• _Task details_: Take the lines below beginning at the line that has "#16=DIRECTION('',(0.,1.,0.));" and stopping after the line that has "#28=ORIENTED_EDGE('',*,*,#27,.F.);", and print them exactly as they are, with no other lines.

■ ■ ■ ■

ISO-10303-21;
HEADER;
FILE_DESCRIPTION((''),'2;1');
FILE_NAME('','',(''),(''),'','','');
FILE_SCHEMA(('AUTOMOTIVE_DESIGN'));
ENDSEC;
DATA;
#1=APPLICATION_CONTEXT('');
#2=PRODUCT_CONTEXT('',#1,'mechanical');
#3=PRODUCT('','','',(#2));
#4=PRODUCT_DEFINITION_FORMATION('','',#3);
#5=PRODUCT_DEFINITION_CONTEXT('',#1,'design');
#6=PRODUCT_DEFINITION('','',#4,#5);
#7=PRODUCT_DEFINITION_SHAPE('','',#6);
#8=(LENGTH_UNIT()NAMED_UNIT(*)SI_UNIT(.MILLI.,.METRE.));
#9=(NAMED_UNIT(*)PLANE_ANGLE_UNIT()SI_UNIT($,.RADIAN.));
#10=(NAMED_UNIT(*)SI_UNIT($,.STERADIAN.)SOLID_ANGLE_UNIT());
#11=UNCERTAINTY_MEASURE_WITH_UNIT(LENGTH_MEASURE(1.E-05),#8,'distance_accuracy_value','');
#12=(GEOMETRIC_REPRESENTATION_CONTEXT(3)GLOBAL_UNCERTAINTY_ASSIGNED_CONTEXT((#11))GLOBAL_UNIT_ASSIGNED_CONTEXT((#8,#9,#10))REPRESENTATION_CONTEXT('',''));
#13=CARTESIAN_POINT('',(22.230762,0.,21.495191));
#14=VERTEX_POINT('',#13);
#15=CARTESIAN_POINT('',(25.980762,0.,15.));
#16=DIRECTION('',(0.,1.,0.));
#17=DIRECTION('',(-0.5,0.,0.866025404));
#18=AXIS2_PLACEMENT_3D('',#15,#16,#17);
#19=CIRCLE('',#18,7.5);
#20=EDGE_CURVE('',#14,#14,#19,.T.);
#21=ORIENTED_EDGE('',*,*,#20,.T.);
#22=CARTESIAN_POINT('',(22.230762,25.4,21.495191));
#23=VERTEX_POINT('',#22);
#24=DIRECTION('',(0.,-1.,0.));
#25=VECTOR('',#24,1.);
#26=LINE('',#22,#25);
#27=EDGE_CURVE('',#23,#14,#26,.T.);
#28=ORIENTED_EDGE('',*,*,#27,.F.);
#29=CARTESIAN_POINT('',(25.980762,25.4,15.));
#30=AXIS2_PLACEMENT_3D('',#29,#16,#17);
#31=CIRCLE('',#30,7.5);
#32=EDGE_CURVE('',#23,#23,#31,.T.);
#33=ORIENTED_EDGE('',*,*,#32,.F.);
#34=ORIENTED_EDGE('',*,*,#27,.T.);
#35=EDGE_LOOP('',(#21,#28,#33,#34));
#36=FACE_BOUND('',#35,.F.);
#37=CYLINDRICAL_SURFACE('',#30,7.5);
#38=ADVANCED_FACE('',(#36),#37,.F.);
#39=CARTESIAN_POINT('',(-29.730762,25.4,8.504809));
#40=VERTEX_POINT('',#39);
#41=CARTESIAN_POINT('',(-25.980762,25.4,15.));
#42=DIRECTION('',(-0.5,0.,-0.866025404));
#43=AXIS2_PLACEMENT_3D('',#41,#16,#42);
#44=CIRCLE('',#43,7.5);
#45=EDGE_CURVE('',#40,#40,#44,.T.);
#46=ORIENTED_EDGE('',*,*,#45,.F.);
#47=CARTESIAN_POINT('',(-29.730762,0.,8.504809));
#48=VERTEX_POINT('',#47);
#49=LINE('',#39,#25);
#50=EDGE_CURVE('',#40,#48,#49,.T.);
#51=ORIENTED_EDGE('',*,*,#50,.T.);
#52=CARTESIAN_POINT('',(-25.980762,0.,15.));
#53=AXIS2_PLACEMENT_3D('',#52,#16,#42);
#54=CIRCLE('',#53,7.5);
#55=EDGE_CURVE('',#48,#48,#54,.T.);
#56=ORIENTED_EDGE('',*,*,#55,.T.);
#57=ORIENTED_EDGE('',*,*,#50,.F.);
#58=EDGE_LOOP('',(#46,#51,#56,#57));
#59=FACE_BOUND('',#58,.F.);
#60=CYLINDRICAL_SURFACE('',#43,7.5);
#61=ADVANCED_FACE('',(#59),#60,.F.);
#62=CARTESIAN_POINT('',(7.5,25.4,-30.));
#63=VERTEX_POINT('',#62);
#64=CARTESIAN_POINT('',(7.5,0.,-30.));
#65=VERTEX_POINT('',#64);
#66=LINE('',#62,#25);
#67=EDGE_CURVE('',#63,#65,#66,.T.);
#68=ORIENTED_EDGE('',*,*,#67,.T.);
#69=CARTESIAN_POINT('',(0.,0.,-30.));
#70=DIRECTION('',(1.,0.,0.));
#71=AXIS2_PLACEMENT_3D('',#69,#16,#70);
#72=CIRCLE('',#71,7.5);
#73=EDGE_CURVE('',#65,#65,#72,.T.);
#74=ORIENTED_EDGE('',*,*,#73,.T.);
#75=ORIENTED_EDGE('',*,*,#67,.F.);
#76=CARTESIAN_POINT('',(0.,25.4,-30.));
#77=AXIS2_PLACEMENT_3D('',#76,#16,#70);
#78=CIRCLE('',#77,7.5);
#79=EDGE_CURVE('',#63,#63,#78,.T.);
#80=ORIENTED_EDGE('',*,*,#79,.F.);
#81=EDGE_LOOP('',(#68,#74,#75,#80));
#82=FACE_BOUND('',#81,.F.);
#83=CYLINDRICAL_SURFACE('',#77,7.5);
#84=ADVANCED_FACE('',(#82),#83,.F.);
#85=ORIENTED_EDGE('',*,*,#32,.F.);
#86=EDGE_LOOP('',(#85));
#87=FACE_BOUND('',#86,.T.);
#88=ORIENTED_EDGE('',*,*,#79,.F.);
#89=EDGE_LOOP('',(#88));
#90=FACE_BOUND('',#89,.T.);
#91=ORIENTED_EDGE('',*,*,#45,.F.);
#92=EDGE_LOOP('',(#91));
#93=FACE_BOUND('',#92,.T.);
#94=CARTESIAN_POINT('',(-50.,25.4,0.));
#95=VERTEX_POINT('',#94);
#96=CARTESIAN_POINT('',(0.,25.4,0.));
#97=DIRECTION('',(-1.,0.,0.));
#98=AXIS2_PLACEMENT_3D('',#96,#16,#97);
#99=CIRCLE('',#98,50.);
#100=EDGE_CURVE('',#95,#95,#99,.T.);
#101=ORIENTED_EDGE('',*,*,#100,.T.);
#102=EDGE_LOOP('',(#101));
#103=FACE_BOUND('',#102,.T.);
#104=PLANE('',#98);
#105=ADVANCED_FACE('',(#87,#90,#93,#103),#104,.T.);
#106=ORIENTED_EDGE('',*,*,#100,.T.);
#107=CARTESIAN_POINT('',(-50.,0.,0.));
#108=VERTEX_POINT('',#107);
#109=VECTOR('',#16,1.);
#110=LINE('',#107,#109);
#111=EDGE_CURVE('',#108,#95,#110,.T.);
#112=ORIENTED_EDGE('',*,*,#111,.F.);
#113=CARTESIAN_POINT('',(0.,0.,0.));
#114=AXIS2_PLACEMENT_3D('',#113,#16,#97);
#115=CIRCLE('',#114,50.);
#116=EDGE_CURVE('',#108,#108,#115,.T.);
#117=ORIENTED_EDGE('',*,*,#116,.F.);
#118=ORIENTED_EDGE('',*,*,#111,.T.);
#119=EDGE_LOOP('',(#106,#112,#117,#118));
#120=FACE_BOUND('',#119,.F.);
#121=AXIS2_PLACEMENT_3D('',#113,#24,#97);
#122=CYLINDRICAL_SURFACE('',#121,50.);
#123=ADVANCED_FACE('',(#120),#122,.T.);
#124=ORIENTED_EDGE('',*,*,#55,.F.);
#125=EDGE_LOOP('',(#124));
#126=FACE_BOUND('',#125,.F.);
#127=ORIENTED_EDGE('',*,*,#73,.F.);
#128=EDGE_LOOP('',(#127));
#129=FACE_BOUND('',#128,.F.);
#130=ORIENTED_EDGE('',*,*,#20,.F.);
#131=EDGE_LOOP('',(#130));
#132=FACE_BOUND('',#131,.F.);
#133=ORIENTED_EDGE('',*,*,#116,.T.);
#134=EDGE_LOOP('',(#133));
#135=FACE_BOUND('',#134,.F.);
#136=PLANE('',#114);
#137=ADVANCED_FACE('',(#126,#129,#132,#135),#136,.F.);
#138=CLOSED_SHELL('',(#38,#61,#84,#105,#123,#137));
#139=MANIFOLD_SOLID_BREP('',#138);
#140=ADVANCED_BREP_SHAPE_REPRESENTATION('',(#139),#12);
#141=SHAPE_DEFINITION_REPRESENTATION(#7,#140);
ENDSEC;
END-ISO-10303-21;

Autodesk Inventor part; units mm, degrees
ref_plane "YZ Plane" through (0, 0, 0) normal (1, 0, 0) x (0, 1, 0)
ref_plane "XZ Plane" through (0, 0, 0) normal (0, 1, 0) x (-1, 0, 0)
ref_plane "XY Plane" through (0, 0, 0) normal (0, 0, 1) x (1, 0, 0)
sketch "Sketch1" plane through (0, 0, 0) normal (0, 1, 0) x (-1, 0, 0)
  circle A0 centre (0, 0) radius 50
  dimension "d0" = 100
extrude "Extrusion1" add sketch "Sketch1" along normal blind 25.4
sketch "Sketch2" plane through (0, 25.4, 0) normal (0, 1, 0) x (1, 0, 0)
  circle A0 centre (0, 0) radius 50 projected
  circle A1 centre (0, 30) radius 7.5
  line L0 (0, 30) -> (0, 0) construction
  dimension "d3" = 15
  dimension "d4" = 30
extrude "Extrusion3" cut sketch "Sketch2" against normal through all contours A1
pattern_circular "Circular Pattern1" count 3 over 360 about axis through (0, 0, 0) along (0, 1, 0) of "Extrusion3"
properties part number "hub"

■ ■ ■ ■

• _Written answer_:
#16=DIRECTION('',(0.,1.,0.));
#17=DIRECTION('',(-0.5,0.,0.866025404));
#18=AXIS2_PLACEMENT_3D('',#15,#16,#17);
#19=CIRCLE('',#18,7.5);
#20=EDGE_CURVE('',#14,#14,#19,.T.);
#21=ORIENTED_EDGE('',*,*,#20,.T.);
#22=CARTESIAN_POINT('',(22.230762,25.4,21.495191));
#23=VERTEX_POINT('',#22);
#24=DIRECTION('',(0.,-1.,0.));
#25=VECTOR('',#24,1.);
#26=LINE('',#22,#25);
#27=EDGE_CURVE('',#23,#14,#26,.T.);
#28=ORIENTED_EDGE('',*,*,#27,.F.);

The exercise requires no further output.